It may be a hundred years before a computer beats humans at Go — maybe even longer. — New York Times, 1997

Artificial intelligence has made rapid advances in the last decade, due to new algorithms and massive increases in data collection and computing power.

AI can be applied to almost any field. For example, in photography an AI technique called artistic style transfer transforms photographs into the style of a given painter.

Google built an AI system that controls its datacenter power systems, saving hundreds of millions of dollars in energy costs.

The broad promise of AI is to liberate people from repetitive mental tasks the same way the industrial revolution liberated people from repetitive physical tasks.

Some people worry that AI will destroy jobs. History has shown that while new technology does indeed eliminate jobs, it also creates new and better jobs to replace them. For example, with advent of the personal computer, the number of typographer jobs dropped, but the increase in graphic designer jobs more than made up for it.

Master of Go Board Game Is Walloped by Google Computer Program” — New York Times, 2016

It is much easier to imagine jobs that will go away than new jobs that will be created. Today millions of people work as app developers, ride-sharing drivers, drone operators, and social media marketers— jobs that didn’t exist and would have been difficult to even imagine ten years ago.

6. Pocket Supercomputers for Everyone

By 2020, 80% of adults on earth will have an internet-connected smartphone. An iPhone 6 has about 2 billion transistors, roughly 625 times more transistors than a 1995 Intel Pentium computer. Today’s smartphones are what used to be considered supercomputers.

vatican mobile Crowds watching the pope in St. Peter’s Square in 2005 and 2013. Notice anything different? AP

Internet-connected smartphones give ordinary people abilities that, just a short time ago, were only available to an elite few:

“Right now, a Masai warrior on a mobile phone in the middle of Kenya has better mobile communications than the president did 25 years ago. If he’s on a smart phone using Google, he has access to more information than the U.S. president did just 15 years ago.” — Peter Diamandis

7. Cryptocurrencies and Blockchains

Protocols are the plumbing of the internet. Most of the protocols we use today were developed decades ago by academia and government. Since then, protocol development mostly stopped as energy shifted to developing proprietary systems like social networks and messaging apps.

Cryptocurrency and blockchain technologies are changing this by providing a new business model for internet protocols. This year alone, hundreds of millions of dollars were raised for a broad range of innovative blockchain-based protocols.

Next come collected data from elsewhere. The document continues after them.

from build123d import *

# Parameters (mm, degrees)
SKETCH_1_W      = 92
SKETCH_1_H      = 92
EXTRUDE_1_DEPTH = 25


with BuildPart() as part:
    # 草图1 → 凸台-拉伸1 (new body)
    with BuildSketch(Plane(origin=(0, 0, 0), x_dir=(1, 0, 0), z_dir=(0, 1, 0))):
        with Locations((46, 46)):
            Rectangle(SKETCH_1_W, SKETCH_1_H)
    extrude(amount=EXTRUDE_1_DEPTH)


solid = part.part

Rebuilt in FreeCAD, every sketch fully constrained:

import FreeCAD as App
import Part
import Sketcher
Q = App.Units.Quantity

doc = App.newDocument("Part")
body = doc.addObject("PartDesign::Body", "Body")

sketch1 = body.newObject("Sketcher::SketchObject", "Sketch")
sketch1.AttachmentSupport = (doc.getObject("XZ_Plane"), [""])
sketch1.MapMode = "FlatFace"
sketch1.addGeometry([
    Part.LineSegment(App.Vector(0, -92, 0), App.Vector(0, 0, 0)),
    Part.LineSegment(App.Vector(0, 0, 0), App.Vector(92, 0, 0)),
    Part.LineSegment(App.Vector(92, 0, 0), App.Vector(92, -92, 0)),
    Part.LineSegment(App.Vector(92, -92, 0), App.Vector(0, -92, 0)),
], False)
sketch1.addConstraint([
    Sketcher.Constraint("Coincident", 0, 2, 1, 1),
    Sketcher.Constraint("Coincident", 1, 2, 2, 1),
    Sketcher.Constraint("Coincident", 2, 2, 3, 1),
    Sketcher.Constraint("Coincident", 3, 2, 0, 1),
    Sketcher.Constraint("Vertical", 0),
    Sketcher.Constraint("Horizontal", 1),
    Sketcher.Constraint("Vertical", 2),
    Sketcher.Constraint("Horizontal", 3),
    Sketcher.Constraint("Coincident", 0, 2, -1, 1),
    Sketcher.Constraint("Equal", 3, 0),
    Sketcher.Constraint("DistanceX", 1, 1, 1, 2, Q("92 mm")),
])
pad1 = body.newObject("PartDesign::Pad", "Pad")
pad1.Profile = sketch1
pad1.Length = 25
pad1.Reversed = True

doc.recompute()
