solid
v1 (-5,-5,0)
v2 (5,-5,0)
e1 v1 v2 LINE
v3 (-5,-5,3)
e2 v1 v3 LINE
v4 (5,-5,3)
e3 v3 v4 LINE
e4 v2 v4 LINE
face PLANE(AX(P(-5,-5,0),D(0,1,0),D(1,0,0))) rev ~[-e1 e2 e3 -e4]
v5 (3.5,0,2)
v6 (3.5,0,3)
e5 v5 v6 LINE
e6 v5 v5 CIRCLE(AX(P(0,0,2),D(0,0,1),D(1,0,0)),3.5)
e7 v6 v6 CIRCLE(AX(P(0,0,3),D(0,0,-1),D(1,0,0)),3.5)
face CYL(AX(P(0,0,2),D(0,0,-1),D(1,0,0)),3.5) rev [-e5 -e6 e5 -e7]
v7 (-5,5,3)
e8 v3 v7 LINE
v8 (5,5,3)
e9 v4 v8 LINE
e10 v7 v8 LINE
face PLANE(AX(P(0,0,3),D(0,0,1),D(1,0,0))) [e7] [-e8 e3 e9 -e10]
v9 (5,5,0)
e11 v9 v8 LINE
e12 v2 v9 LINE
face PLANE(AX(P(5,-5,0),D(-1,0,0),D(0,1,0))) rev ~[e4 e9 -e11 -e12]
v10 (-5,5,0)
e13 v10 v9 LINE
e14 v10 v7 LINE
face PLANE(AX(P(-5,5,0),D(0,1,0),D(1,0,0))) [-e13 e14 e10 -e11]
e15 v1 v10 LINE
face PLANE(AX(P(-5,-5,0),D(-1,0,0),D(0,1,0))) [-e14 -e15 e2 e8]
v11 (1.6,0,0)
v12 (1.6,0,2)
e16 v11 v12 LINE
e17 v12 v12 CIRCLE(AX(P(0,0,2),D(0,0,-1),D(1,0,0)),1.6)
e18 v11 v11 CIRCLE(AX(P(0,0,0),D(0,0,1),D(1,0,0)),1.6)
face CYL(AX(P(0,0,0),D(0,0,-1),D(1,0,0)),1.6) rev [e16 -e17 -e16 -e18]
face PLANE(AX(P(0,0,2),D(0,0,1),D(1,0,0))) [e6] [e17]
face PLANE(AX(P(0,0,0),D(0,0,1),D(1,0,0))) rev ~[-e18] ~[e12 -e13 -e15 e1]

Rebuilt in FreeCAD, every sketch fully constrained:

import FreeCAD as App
import Part
import Sketcher

V = App.Vector
Q = App.Units.Quantity


def add_polygon(sketch, points):
    """Adds a closed chain of lines whose ends are joined by coincident constraints."""
    first, n = sketch.GeometryCount, len(points)
    for a, b in zip(points, points[1:] + points[:1]):
        sketch.addGeometry(Part.LineSegment(App.Vector(*a, 0), App.Vector(*b, 0)), False)
    for i in range(n):
        sketch.addConstraint(Sketcher.Constraint("Coincident", first + i, 2, first + (i + 1) % n, 1))

doc = App.newDocument("Part")
body = doc.addObject("PartDesign::Body", "Body")

# Sketch on XY plane
sketch1 = body.newObject("Sketcher::SketchObject", "Sketch")
sketch1.AttachmentSupport = (doc.getObject("XY_Plane"), [""])
sketch1.MapMode = "FlatFace"
sketch1.addGeometry(Part.Circle(V(0, 0, 0), V(0, 0, 1), 1.6), False)
sketch1.addConstraint([
    Sketcher.Constraint("Coincident", 0, 3, -1, 1),
    Sketcher.Constraint("Diameter", 0, Q("3.2 mm")),
])
pad1 = body.newObject("PartDesign::Pad", "Pad")
pad1.Profile = sketch1
pad1.Length = 10
body2 = doc.addObject("PartDesign::Body", "Body001")

# Sketch on XY plane
sketch2 = body2.newObject("Sketcher::SketchObject", "Sketch001")
sketch2.AttachmentSupport = (doc.getObject("XY_Plane001"), [""])
sketch2.MapMode = "FlatFace"
sketch2.AttachmentOffset = App.Placement(V(0, 0, 2), App.Rotation())
sketch2.addGeometry(Part.Circle(V(0, 0, 0), V(0, 0, 1), 3.5), False)
sketch2.addConstraint([
    Sketcher.Constraint("Coincident", 0, 3, -1, 1),
    Sketcher.Constraint("Diameter", 0, Q("7 mm")),
])
pad2 = body2.newObject("PartDesign::Pad", "Pad001")
pad2.Profile = sketch2
pad2.Length = 10
body3 = doc.addObject("PartDesign::Body", "Body002")

# Sketch on XY plane
sketch3 = body3.newObject("Sketcher::SketchObject", "Sketch002")
sketch3.AttachmentSupport = (doc.getObject("XY_Plane002"), [""])
sketch3.MapMode = "FlatFace"
add_polygon(sketch3, [(-5, 5), (-5, -5), (5, -5), (5, 5)])  # lines 0-3
sketch3.addConstraint([
    Sketcher.Constraint("Vertical", 0),
    Sketcher.Constraint("Horizontal", 1),
    Sketcher.Constraint("Vertical", 2),
    Sketcher.Constraint("Horizontal", 3),
    Sketcher.Constraint("Symmetric", 0, 2, 2, 2, -1, 1),
    Sketcher.Constraint("Equal", 3, 0),
    Sketcher.Constraint("DistanceX", 1, 1, 1, 2, Q("10 mm")),
])
pad3 = body3.newObject("PartDesign::Pad", "Pad002")
pad3.Profile = sketch3
pad3.Length = 3
doc.recompute()

boolean = body3.newObject("PartDesign::Boolean", "Boolean")
boolean.Type = "Cut"
boolean.addObjects([body2])
doc.recompute()

boolean2 = body3.newObject("PartDesign::Boolean", "Boolean001")
boolean2.Type = "Cut"
boolean2.addObjects([body])

doc.recompute()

“If you asked people in 1989 what they needed to make their life better, it was unlikely that they would have said a decentralized network of information nodes that are linked using hypertext.” — Farmer & Farmer

Protocols based on blockchains also have capabilities that previous protocols didn’t. For example, Ethereum is a new blockchain-based protocol that can be used to create smart contracts and trusted databases that are immune to corruption and censorship.

8. High-Quality Online Education

While college tuition skyrockets, anyone with a smartphone can study almost any topic online, accessing educational content that is mostly free and increasingly high-quality.
Encyclopedia Britannica used to cost $1,400. Now anyone with a smartphone can instantly access Wikipedia. You used to have to go to school or buy programming books to learn computer programming. Now you can learn from a community of over 40 million programmers at Stack Overflow. YouTube has millions of hours of free tutorials and lectures, many of which are produced by top professors and universities.

The quality of online education is getting better all the time. For the last 15 years, MIT has been recording lectures and compiling materials that cover over 2000 courses.

As perhaps the greatest research university in the world, MIT has always been ahead of the trends. Over the next decade, expect many other schools to follow MIT’s lead.

9. Better Food through Science

Earth is running out of farmable land and fresh water. This is partly because our food production systems are incredibly inefficient. It takes an astounding 1799 gallons of water to produce 1 pound of beef.

Fortunately, a variety of new technologies are being developed to improve our food system.
For example, entrepreneurs are developing new food products that are tasty and nutritious substitutes for traditional foods but far more environmentally friendly. The startup Impossible Foods invented meat products that look and taste like the real thing but are actually made of plants.

Impossible Foods An Impossible Foods burger. Screenshot / YouTube

Their burger uses 95% less land, 74% less water, and produces 87% less greenhouse gas emissions than traditional burgers. Other startups are creating plant-based replacements for milk, eggs, and other common foods. Soylent is a healthy, inexpensive meal replacement that uses advanced engineered ingredients that are much friendlier to the environment than traditional ingredients.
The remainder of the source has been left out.